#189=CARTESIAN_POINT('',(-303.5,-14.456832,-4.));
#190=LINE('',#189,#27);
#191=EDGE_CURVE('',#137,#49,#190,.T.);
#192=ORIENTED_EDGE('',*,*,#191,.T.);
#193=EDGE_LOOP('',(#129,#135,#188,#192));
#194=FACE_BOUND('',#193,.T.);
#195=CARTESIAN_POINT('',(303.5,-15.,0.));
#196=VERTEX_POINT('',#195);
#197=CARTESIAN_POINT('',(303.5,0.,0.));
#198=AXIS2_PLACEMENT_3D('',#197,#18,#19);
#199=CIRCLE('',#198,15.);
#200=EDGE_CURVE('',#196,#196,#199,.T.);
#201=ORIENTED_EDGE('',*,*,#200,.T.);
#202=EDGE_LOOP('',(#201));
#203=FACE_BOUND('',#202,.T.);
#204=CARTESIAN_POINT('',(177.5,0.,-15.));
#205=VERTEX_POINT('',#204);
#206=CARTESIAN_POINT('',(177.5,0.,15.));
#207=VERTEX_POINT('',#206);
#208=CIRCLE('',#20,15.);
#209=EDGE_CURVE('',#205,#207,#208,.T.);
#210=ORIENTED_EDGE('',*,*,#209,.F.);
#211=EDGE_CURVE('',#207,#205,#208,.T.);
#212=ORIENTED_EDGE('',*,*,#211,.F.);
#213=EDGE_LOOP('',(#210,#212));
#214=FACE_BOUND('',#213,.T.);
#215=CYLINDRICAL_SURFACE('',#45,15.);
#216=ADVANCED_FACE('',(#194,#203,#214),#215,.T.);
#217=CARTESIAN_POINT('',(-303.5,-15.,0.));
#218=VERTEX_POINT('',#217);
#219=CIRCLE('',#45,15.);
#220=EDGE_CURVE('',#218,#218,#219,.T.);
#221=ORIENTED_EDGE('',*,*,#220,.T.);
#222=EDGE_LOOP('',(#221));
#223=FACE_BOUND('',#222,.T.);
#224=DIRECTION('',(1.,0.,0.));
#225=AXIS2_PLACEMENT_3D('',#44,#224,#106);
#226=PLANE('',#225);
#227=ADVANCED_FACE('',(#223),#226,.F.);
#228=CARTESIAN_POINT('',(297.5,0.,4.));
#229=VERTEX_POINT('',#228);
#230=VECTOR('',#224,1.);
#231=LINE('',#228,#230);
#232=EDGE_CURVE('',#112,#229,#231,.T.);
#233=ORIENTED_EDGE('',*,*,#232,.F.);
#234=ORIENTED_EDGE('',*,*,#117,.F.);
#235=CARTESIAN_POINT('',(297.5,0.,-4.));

= = = = =

**YOUR GOAL:**
Word for word, restate each record in the listing.

**ANSWER AREA:**
#189=CARTESIAN_POINT('',(-303.5,-14.456832,-4.));
#190=LINE('',#189,#27);
#191=EDGE_CURVE('',#137,#49,#190,.T.);
#192=ORIENTED_EDGE('',*,*,#191,.T.);
#193=EDGE_LOOP('',(#129,#135,#188,#192));
#194=FACE_BOUND('',#193,.T.);
#195=CARTESIAN_POINT('',(303.5,-15.,0.));
#196=VERTEX_POINT('',#195);
#197=CARTESIAN_POINT('',(303.5,0.,0.));
#198=AXIS2_PLACEMENT_3D('',#197,#18,#19);
#199=CIRCLE('',#198,15.);
#200=EDGE_CURVE('',#196,#196,#199,.T.);
#201=ORIENTED_EDGE('',*,*,#200,.T.);
#202=EDGE_LOOP('',(#201));
#203=FACE_BOUND('',#202,.T.);
#204=CARTESIAN_POINT('',(177.5,0.,-15.));
#205=VERTEX_POINT('',#204);
#206=CARTESIAN_POINT('',(177.5,0.,15.));
#207=VERTEX_POINT('',#206);
#208=CIRCLE('',#20,15.);
#209=EDGE_CURVE('',#205,#207,#208,.T.);
#210=ORIENTED_EDGE('',*,*,#209,.F.);
#211=EDGE_CURVE('',#207,#205,#208,.T.);
#212=ORIENTED_EDGE('',*,*,#211,.F.);
#213=EDGE_LOOP('',(#210,#212));
#214=FACE_BOUND('',#213,.T.);
#215=CYLINDRICAL_SURFACE('',#45,15.);
#216=ADVANCED_FACE('',(#194,#203,#214),#215,.T.);
#217=CARTESIAN_POINT('',(-303.5,-15.,0.));
#218=VERTEX_POINT('',#217);
#219=CIRCLE('',#45,15.);
#220=EDGE_CURVE('',#218,#218,#219,.T.);
#221=ORIENTED_EDGE('',*,*,#220,.T.);
#222=EDGE_LOOP('',(#221));
#223=FACE_BOUND('',#222,.T.);
#224=DIRECTION('',(1.,0.,0.));
#225=AXIS2_PLACEMENT_3D('',#44,#224,#106);
#226=PLANE('',#225);
#227=ADVANCED_FACE('',(#223),#226,.F.);
#228=CARTESIAN_POINT('',(297.5,0.,4.));
#229=VERTEX_POINT('',#228);
#230=VECTOR('',#224,1.);
#231=LINE('',#228,#230);
#232=EDGE_CURVE('',#112,#229,#231,.T.);
#233=ORIENTED_EDGE('',*,*,#232,.F.);
#234=ORIENTED_EDGE('',*,*,#117,.F.);
#235=CARTESIAN_POINT('',(297.5,0.,-4.));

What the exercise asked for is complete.